> _WHAT IS REQUIRED_:
Only the lines from the start of the data through the one containing "f 259 347 260" belong in your answer; return them exactly.

Stored data

*** Block opens ***

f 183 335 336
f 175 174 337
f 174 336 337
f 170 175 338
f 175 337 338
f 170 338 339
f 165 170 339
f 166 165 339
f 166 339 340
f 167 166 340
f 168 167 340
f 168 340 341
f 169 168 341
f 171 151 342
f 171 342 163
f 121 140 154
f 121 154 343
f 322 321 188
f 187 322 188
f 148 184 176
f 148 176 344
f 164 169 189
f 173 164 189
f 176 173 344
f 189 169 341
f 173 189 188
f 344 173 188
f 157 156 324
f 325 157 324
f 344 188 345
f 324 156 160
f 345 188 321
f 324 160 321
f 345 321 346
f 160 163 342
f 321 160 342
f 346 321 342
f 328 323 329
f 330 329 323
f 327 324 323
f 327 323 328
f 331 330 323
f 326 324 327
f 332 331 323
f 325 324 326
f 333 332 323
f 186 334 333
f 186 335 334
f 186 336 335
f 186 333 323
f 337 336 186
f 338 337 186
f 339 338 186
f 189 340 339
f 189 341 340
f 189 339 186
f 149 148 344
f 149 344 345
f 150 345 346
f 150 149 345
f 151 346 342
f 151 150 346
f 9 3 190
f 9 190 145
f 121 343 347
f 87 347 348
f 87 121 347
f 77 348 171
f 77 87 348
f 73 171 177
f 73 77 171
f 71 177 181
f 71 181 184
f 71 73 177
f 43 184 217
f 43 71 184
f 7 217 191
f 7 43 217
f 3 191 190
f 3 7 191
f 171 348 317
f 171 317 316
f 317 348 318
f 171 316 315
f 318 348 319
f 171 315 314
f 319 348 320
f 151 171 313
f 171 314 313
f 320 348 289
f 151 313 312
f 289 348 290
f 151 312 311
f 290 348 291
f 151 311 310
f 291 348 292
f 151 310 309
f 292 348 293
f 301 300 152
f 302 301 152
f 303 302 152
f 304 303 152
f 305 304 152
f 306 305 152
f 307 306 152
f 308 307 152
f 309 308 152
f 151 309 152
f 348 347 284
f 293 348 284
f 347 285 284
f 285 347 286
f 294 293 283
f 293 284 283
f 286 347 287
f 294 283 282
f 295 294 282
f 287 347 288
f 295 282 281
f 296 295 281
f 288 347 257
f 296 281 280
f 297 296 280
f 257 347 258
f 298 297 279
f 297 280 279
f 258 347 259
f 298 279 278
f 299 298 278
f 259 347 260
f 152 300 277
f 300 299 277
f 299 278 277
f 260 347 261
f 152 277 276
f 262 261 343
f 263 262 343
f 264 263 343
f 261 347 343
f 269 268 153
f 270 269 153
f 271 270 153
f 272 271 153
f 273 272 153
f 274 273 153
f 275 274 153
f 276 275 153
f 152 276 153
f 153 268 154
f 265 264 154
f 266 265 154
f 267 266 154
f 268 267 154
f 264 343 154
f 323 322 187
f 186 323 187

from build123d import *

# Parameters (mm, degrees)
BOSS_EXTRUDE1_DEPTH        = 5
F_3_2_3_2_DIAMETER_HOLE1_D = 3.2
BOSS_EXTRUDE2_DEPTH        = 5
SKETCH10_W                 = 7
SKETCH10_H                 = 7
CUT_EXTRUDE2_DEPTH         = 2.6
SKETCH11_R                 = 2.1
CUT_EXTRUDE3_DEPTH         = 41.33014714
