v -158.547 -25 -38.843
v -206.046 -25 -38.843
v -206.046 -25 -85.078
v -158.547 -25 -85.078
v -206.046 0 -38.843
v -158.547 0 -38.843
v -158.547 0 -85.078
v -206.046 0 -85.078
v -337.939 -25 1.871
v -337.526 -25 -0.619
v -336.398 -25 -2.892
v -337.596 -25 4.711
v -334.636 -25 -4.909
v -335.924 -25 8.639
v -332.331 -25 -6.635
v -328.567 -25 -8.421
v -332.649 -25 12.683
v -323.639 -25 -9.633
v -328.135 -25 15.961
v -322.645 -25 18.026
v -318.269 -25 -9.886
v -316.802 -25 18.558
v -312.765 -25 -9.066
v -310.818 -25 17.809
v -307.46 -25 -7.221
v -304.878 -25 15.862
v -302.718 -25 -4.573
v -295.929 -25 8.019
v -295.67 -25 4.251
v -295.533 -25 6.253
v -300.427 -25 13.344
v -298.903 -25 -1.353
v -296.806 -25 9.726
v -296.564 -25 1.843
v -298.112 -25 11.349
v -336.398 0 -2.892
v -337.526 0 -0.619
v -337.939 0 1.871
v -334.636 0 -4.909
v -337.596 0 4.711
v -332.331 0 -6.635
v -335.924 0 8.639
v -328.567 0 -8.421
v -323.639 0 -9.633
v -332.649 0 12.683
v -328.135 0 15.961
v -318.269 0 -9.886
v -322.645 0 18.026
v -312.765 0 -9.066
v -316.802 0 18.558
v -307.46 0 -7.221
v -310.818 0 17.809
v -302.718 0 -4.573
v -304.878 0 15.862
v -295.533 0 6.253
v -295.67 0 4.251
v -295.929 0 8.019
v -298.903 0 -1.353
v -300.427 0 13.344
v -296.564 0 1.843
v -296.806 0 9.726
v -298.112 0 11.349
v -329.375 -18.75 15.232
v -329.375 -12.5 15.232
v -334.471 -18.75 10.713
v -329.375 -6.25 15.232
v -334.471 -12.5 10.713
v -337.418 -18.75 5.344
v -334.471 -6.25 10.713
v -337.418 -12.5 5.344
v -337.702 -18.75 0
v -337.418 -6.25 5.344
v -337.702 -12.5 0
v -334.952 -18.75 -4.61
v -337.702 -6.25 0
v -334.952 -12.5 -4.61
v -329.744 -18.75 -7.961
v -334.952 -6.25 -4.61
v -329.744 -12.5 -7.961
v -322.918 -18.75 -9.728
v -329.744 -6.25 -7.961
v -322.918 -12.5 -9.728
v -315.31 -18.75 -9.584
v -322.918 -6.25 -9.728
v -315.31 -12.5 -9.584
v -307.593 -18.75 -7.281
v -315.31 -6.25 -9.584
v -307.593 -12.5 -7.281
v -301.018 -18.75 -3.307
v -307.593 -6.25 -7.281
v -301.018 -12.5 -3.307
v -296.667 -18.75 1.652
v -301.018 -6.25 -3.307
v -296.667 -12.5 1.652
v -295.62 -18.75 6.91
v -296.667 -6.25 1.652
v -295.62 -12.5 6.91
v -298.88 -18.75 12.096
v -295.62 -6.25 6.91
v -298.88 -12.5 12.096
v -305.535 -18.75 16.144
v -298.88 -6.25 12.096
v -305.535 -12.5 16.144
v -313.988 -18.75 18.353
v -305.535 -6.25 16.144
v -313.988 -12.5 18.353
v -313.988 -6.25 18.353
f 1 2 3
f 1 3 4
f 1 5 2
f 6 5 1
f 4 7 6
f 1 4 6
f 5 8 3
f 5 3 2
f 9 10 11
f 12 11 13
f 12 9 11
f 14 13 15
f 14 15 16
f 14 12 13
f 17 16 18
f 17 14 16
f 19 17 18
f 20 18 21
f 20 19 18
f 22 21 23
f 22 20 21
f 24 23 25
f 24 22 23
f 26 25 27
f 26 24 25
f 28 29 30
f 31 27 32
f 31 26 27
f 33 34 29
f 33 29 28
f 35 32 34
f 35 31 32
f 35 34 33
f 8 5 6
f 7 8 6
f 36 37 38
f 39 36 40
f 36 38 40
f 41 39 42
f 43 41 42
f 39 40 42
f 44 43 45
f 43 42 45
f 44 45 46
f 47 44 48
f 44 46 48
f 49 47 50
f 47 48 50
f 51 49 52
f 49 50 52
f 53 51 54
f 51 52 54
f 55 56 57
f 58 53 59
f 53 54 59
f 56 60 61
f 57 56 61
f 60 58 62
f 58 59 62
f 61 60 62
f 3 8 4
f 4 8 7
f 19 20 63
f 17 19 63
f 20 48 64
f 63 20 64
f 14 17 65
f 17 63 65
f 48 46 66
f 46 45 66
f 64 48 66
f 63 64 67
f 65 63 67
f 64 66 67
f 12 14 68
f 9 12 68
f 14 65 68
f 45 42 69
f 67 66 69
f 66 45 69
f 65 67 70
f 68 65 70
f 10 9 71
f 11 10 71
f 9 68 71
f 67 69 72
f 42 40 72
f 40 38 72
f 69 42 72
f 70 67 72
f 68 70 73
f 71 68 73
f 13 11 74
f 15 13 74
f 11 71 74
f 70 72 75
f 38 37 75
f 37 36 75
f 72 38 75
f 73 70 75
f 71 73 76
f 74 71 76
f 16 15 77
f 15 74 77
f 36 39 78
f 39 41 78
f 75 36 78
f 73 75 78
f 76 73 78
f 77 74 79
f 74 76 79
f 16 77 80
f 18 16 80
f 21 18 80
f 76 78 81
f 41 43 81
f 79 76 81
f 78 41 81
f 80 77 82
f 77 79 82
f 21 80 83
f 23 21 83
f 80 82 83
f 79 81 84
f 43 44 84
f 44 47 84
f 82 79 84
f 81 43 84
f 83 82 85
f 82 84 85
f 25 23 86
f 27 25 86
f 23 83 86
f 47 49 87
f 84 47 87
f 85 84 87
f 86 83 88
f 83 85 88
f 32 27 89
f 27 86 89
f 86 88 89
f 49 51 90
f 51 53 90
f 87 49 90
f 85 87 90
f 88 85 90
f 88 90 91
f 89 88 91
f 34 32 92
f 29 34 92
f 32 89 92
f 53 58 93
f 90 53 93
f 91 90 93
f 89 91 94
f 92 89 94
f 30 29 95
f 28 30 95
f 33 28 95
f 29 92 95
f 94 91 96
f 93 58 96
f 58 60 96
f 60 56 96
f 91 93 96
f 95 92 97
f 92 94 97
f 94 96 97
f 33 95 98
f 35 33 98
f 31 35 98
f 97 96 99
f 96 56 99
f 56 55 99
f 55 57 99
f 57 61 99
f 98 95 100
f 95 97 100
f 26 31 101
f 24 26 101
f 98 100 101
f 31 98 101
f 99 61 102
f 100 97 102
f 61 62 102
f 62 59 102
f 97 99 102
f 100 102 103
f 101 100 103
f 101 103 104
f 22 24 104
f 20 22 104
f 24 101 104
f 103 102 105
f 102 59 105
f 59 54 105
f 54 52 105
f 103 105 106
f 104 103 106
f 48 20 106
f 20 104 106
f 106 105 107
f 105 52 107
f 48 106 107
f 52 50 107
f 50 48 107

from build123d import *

# Parameters (mm, degrees)
F0_W     = 47.4986881018
F0_H     = 46.2349280715
F1_DEPTH = 25
F3_DEPTH = 25


with BuildPart() as f1:
    # F0 (on Front) → F1 (new body)
    with BuildSketch(Plane.XZ):
        with Locations((-182.2966858745, -61.9604699314)):
            Rectangle(F0_W, F0_H)
    extrude(amount=F1_DEPTH)


with BuildPart() as f3:
    # F2 (on Front) → F3 (new body)
    with BuildSketch(Plane.XZ):
        with BuildLine():
            add(Edge.make_bspline(
                [(-322.645008564, 18.0257074535), (-332.4785618301, 15.8396644121), (-346.3020783808, -2.5695494395), (-314.8767104353, -15.6610055658), (-283.2294814858, 8.4710992198), (-311.6764122248, 20.4640756661), (-322.645008564, 18.0257074535)],
                knots=[0, 0, 0, 0, 0.2392613253, 0.4829139559, 0.73312181, 1, 1, 1, 1], degree=3))
        make_face()
    extrude(amount=F3_DEPTH)


solid = Compound([f1.part, f3.part])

*** Block closes ***

> _OUTPUT OF THE EXERCISE_:
f 183 335 336
f 175 174 337
f 174 336 337
f 170 175 338
f 175 337 338
f 170 338 339
f 165 170 339
f 166 165 339
f 166 339 340
f 167 166 340
f 168 167 340
f 168 340 341
f 169 168 341
f 171 151 342
f 171 342 163
f 121 140 154
f 121 154 343
f 322 321 188
f 187 322 188
f 148 184 176
f 148 176 344
f 164 169 189
f 173 164 189
f 176 173 344
f 189 169 341
f 173 189 188
f 344 173 188
f 157 156 324
f 325 157 324
f 344 188 345
f 324 156 160
f 345 188 321
f 324 160 321
f 345 321 346
f 160 163 342
f 321 160 342
f 346 321 342
f 328 323 329
f 330 329 323
f 327 324 323
f 327 323 328
f 331 330 323
f 326 324 327
f 332 331 323
f 325 324 326
f 333 332 323
f 186 334 333
f 186 335 334
f 186 336 335
f 186 333 323
f 337 336 186
f 338 337 186
f 339 338 186
f 189 340 339
f 189 341 340
f 189 339 186
f 149 148 344
f 149 344 345
f 150 345 346
f 150 149 345
f 151 346 342
f 151 150 346
f 9 3 190
f 9 190 145
f 121 343 347
f 87 347 348
f 87 121 347
f 77 348 171
f 77 87 348
f 73 171 177
f 73 77 171
f 71 177 181
f 71 181 184
f 71 73 177
f 43 184 217
f 43 71 184
f 7 217 191
f 7 43 217
f 3 191 190
f 3 7 191
f 171 348 317
f 171 317 316
f 317 348 318
f 171 316 315
f 318 348 319
f 171 315 314
f 319 348 320
f 151 171 313
f 171 314 313
f 320 348 289
f 151 313 312
f 289 348 290
f 151 312 311
f 290 348 291
f 151 311 310
f 291 348 292
f 151 310 309
f 292 348 293
f 301 300 152
f 302 301 152
f 303 302 152
f 304 303 152
f 305 304 152
f 306 305 152
f 307 306 152
f 308 307 152
f 309 308 152
f 151 309 152
f 348 347 284
f 293 348 284
f 347 285 284
f 285 347 286
f 294 293 283
f 293 284 283
f 286 347 287
f 294 283 282
f 295 294 282
f 287 347 288
f 295 282 281
f 296 295 281
f 288 347 257
f 296 281 280
f 297 296 280
f 257 347 258
f 298 297 279
f 297 280 279
f 258 347 259
f 298 279 278
f 299 298 278
f 259 347 260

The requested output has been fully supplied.